[Opening Dataset records section]

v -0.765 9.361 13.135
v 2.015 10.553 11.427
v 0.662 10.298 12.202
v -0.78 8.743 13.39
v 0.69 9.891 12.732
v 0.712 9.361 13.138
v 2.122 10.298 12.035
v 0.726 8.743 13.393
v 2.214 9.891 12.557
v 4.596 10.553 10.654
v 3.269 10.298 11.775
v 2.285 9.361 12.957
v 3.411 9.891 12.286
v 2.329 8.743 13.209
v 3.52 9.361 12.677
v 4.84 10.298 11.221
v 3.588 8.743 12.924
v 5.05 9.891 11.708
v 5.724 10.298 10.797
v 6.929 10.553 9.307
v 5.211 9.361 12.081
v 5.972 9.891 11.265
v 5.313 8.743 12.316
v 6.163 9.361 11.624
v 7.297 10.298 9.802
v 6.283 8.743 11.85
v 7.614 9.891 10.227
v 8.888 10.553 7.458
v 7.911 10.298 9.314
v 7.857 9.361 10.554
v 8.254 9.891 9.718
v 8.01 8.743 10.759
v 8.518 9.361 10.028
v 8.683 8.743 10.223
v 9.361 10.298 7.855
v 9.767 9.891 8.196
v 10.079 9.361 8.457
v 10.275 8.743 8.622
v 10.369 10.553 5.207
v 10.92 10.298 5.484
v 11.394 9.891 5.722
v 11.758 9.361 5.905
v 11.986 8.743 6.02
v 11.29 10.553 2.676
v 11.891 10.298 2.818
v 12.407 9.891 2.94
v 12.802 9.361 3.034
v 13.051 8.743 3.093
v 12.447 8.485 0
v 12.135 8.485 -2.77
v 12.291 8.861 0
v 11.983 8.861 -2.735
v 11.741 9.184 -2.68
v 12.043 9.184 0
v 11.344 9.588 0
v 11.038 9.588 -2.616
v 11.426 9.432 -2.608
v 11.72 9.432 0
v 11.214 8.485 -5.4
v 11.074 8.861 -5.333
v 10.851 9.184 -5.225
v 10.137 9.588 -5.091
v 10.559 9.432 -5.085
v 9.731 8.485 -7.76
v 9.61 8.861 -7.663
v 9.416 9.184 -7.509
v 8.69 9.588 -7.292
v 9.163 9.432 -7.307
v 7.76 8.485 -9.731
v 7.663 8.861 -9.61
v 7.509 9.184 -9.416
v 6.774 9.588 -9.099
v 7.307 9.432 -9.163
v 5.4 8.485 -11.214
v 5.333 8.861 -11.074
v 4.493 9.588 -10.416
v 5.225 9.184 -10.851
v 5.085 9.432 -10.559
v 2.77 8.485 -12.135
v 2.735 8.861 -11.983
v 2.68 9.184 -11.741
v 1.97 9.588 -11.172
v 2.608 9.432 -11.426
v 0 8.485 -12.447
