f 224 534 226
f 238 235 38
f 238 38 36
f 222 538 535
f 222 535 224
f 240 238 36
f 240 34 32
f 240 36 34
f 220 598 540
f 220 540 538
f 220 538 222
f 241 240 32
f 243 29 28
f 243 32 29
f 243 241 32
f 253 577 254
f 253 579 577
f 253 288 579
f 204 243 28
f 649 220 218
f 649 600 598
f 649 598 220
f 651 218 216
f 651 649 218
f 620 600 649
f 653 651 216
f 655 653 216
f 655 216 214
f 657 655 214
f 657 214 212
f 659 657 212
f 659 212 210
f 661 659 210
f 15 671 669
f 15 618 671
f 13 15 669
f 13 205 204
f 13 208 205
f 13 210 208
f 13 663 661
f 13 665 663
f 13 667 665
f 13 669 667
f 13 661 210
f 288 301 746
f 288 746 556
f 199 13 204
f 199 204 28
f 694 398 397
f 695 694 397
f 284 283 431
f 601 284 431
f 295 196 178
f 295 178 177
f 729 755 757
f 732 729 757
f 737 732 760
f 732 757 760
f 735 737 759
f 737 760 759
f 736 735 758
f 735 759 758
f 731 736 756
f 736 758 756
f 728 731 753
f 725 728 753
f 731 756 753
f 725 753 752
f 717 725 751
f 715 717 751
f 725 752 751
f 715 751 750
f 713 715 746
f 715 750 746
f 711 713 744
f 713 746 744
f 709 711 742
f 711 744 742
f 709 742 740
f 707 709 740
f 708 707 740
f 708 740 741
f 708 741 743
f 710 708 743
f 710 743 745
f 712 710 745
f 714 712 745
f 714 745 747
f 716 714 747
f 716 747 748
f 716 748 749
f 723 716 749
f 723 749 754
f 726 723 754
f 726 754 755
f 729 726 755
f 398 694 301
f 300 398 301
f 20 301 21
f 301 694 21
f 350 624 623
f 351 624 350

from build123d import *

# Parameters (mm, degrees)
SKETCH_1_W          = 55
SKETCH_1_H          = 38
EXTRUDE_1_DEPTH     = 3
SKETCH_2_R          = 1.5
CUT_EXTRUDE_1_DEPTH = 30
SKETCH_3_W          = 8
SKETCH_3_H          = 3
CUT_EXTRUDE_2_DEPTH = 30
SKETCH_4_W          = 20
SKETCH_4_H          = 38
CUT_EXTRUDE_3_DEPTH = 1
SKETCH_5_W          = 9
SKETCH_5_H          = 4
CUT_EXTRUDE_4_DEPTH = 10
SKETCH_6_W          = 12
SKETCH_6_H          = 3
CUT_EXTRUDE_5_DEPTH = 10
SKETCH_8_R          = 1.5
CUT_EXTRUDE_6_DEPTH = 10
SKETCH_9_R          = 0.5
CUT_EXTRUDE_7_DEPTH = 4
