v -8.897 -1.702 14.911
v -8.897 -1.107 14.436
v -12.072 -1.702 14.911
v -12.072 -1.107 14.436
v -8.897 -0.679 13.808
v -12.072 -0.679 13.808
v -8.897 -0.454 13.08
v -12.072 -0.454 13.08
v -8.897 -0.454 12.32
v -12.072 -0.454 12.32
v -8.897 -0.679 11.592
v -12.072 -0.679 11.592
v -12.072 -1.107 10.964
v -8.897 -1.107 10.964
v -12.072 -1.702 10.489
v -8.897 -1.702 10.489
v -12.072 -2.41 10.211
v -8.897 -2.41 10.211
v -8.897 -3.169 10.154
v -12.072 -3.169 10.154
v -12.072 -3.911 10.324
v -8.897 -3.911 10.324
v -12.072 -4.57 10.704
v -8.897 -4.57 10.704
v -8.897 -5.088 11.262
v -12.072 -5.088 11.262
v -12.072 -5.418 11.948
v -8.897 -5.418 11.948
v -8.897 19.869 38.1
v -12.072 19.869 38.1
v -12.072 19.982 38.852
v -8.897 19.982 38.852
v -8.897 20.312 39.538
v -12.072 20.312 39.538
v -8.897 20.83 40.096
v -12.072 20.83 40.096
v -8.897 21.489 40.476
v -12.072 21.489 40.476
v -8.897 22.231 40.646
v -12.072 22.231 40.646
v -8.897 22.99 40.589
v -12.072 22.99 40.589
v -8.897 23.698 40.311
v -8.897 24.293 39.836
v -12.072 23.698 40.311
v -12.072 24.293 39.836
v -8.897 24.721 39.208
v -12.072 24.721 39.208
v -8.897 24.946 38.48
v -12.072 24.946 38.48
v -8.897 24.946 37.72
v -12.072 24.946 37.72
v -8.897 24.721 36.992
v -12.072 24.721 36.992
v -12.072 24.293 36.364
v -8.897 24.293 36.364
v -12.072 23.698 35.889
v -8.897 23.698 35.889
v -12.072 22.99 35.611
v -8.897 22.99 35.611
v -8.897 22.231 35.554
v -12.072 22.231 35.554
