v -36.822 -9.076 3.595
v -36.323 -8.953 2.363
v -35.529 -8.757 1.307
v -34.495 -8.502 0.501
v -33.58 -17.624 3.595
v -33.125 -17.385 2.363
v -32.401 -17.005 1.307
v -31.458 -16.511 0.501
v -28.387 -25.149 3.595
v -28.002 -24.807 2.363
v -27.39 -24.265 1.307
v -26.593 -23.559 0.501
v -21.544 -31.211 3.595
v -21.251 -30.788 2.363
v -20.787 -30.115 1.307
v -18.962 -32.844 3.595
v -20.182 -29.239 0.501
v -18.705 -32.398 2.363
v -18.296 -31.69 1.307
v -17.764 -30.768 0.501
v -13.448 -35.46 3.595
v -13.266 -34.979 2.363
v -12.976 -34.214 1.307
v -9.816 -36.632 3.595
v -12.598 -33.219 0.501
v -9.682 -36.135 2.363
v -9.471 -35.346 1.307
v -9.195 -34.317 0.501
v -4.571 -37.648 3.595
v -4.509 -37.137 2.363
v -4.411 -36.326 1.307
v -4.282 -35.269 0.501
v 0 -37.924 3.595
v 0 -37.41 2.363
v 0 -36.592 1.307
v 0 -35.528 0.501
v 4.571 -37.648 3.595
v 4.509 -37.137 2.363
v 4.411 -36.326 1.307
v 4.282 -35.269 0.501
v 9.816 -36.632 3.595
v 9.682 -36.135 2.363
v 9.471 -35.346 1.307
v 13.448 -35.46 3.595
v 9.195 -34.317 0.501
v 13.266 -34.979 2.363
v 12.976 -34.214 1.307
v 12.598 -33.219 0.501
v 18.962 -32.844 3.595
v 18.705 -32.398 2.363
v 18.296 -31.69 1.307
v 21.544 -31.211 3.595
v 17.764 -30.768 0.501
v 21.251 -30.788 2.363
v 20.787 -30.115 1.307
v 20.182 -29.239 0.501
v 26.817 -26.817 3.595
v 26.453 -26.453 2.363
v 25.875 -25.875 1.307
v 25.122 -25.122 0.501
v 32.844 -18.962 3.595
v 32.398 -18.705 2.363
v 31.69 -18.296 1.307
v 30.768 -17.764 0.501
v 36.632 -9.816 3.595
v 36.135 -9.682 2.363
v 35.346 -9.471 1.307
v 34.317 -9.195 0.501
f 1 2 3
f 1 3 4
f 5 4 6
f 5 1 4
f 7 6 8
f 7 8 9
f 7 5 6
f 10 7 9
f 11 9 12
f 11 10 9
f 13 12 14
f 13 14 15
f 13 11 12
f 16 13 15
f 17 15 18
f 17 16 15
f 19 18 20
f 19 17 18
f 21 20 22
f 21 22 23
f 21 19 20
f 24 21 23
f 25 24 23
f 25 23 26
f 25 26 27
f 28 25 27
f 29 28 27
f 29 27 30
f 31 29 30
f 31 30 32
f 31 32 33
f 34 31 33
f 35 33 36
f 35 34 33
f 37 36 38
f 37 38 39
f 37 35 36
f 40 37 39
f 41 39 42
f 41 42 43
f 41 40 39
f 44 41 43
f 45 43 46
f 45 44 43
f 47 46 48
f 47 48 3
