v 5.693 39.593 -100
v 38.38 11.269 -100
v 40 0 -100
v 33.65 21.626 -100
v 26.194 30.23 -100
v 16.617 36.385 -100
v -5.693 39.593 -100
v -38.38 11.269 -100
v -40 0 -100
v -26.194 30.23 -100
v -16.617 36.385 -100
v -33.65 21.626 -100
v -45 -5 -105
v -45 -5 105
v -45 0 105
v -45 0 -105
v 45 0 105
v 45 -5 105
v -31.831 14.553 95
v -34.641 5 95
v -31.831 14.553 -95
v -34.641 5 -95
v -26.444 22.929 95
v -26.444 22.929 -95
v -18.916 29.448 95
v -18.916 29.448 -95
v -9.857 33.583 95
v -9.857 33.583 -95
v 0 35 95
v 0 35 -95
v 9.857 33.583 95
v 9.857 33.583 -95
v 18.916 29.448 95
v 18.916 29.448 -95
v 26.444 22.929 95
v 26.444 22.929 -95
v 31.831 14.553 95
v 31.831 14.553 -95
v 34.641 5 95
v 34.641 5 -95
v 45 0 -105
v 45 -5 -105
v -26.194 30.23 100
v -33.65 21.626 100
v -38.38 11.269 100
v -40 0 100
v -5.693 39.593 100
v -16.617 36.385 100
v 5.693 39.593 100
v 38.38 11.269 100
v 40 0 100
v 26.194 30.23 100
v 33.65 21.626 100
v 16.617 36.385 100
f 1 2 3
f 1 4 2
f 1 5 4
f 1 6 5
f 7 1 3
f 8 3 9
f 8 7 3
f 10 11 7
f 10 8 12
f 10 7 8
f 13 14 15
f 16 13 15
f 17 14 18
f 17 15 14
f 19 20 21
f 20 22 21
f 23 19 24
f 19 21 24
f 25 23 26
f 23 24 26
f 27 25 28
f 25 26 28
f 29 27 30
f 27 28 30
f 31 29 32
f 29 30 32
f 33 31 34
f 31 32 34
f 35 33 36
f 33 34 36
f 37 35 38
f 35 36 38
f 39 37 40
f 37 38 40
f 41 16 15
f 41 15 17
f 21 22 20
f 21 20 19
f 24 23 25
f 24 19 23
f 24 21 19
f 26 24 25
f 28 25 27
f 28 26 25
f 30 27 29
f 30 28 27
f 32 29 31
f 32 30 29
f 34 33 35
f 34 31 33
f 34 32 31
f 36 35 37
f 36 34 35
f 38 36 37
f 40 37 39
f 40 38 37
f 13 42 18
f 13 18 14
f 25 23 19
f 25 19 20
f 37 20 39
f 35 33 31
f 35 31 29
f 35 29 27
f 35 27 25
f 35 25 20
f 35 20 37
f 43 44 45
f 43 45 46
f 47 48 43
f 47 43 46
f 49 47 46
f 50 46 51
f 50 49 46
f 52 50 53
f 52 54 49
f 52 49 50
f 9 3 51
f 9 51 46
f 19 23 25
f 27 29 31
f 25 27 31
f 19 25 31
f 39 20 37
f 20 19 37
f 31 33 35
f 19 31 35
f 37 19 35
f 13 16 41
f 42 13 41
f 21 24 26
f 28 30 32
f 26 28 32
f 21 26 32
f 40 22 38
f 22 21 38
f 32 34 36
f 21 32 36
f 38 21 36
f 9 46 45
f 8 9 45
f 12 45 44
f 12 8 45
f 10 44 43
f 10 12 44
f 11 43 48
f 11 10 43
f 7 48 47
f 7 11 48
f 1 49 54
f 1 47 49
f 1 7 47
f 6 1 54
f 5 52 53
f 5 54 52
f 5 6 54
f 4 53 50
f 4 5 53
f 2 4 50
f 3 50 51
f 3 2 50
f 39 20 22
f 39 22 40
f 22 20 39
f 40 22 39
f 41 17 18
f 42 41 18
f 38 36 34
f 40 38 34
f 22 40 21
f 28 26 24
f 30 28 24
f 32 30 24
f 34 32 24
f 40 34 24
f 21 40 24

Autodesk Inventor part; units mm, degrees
ref_plane "YZ Plane" through (0, 0, 0) normal (1, 0, 0) x (0, 1, 0)
ref_plane "XZ Plane" through (0, 0, 0) normal (0, 1, 0) x (-1, 0, 0)
ref_plane "XY Plane" through (0, 0, 0) normal (0, 0, 1) x (1, 0, 0)
sketch "Sketch1" plane through (0, 0, 0) normal (0, 0, 1) x (1, 0, 0)
  line L0 (0, 0) -> (40, 0)
  arc A0 (40, 0) -> (-40, 0) centre (0, 0) ccw
  line L1 (0, 0) -> (-40, 0)
  line L2 (0, 5) -> (34.641, 5)
  arc A1 (34.641, 5) -> (-34.641, 5) centre (0, 0) ccw
  line L3 (-34.641, 5) -> (0, 5)
  line L4 (40, 0) -> (45, 0)
  line L5 (45, 0) -> (45, -5)
  line L6 (45, -5) -> (-45, -5)
  line L7 (-45, -5) -> (-45, 0)
  line L8 (-45, 0) -> (-40, 0)
  dimension "d0" = 40
  dimension "d1" = 5
  dimension "d2" = 5
  dimension "d3" = 5
  dimension "d4" = 90
extrude "Extrusion1" add sketch "Sketch1" along normal mid plane 190 contours L3 A1 L2
extrude "Extrusion2" add sketch "Sketch1" along normal mid plane 200 separate body contours L1 A0 L0
extrude "Extrusion3" add sketch "Sketch1" along normal mid plane 210 separate body contours L0 L4 L5 L6 L7 L8 L1
sketch "Sketch2" plane through (0, 0, 100) normal (0, 0, 1) x (1, 0, 0)
  arc A0 (34.641, 5) -> (-34.641, 5) centre (0, 0) ccw projected
  line L0 (34.641, 5) -> (-34.641, 5) projected
extrude "Extrusion4" add sketch "Sketch2" against normal blind 5 separate body
sketch "Sketch3" plane through (0, 0, -100) normal (0, 0, -1) x (-1, 0, 0)
  arc A0 (34.641, 5) -> (-34.641, 5) centre (0, 0) ccw projected
  line L0 (34.641, 5) -> (-34.641, 5) projected
extrude "Extrusion5" add sketch "Sketch3" against normal blind 5 separate body
combine bodies "Combine1" operation type add bodies to combine 5 4 2
properties part number "Project"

[Closing Dataset records section]

- [Problem to solve] Copy every line of the records above, starting with the first, up to and including the line containing "v 1.97 9.588 -11.172".

- [Your response]
v -0.765 9.361 13.135
v 2.015 10.553 11.427
v 0.662 10.298 12.202
v -0.78 8.743 13.39
v 0.69 9.891 12.732
v 0.712 9.361 13.138
v 2.122 10.298 12.035
v 0.726 8.743 13.393
v 2.214 9.891 12.557
v 4.596 10.553 10.654
v 3.269 10.298 11.775
v 2.285 9.361 12.957
v 3.411 9.891 12.286
v 2.329 8.743 13.209
v 3.52 9.361 12.677
v 4.84 10.298 11.221
v 3.588 8.743 12.924
v 5.05 9.891 11.708
v 5.724 10.298 10.797
v 6.929 10.553 9.307
v 5.211 9.361 12.081
v 5.972 9.891 11.265
v 5.313 8.743 12.316
v 6.163 9.361 11.624
v 7.297 10.298 9.802
v 6.283 8.743 11.85
v 7.614 9.891 10.227
v 8.888 10.553 7.458
v 7.911 10.298 9.314
v 7.857 9.361 10.554
v 8.254 9.891 9.718
v 8.01 8.743 10.759
v 8.518 9.361 10.028
v 8.683 8.743 10.223
v 9.361 10.298 7.855
v 9.767 9.891 8.196
v 10.079 9.361 8.457
v 10.275 8.743 8.622
v 10.369 10.553 5.207
v 10.92 10.298 5.484
v 11.394 9.891 5.722
v 11.758 9.361 5.905
v 11.986 8.743 6.02
v 11.29 10.553 2.676
v 11.891 10.298 2.818
v 12.407 9.891 2.94
v 12.802 9.361 3.034
v 13.051 8.743 3.093
v 12.447 8.485 0
v 12.135 8.485 -2.77
v 12.291 8.861 0
v 11.983 8.861 -2.735
v 11.741 9.184 -2.68
v 12.043 9.184 0
v 11.344 9.588 0
v 11.038 9.588 -2.616
v 11.426 9.432 -2.608
v 11.72 9.432 0
v 11.214 8.485 -5.4
v 11.074 8.861 -5.333
v 10.851 9.184 -5.225
v 10.137 9.588 -5.091
v 10.559 9.432 -5.085
v 9.731 8.485 -7.76
v 9.61 8.861 -7.663
v 9.416 9.184 -7.509
v 8.69 9.588 -7.292
v 9.163 9.432 -7.307
v 7.76 8.485 -9.731
v 7.663 8.861 -9.61
v 7.509 9.184 -9.416
v 6.774 9.588 -9.099
v 7.307 9.432 -9.163
v 5.4 8.485 -11.214
v 5.333 8.861 -11.074
v 4.493 9.588 -10.416
v 5.225 9.184 -10.851
v 5.085 9.432 -10.559
v 2.77 8.485 -12.135
v 2.735 8.861 -11.983
v 2.68 9.184 -11.741
v 1.97 9.588 -11.172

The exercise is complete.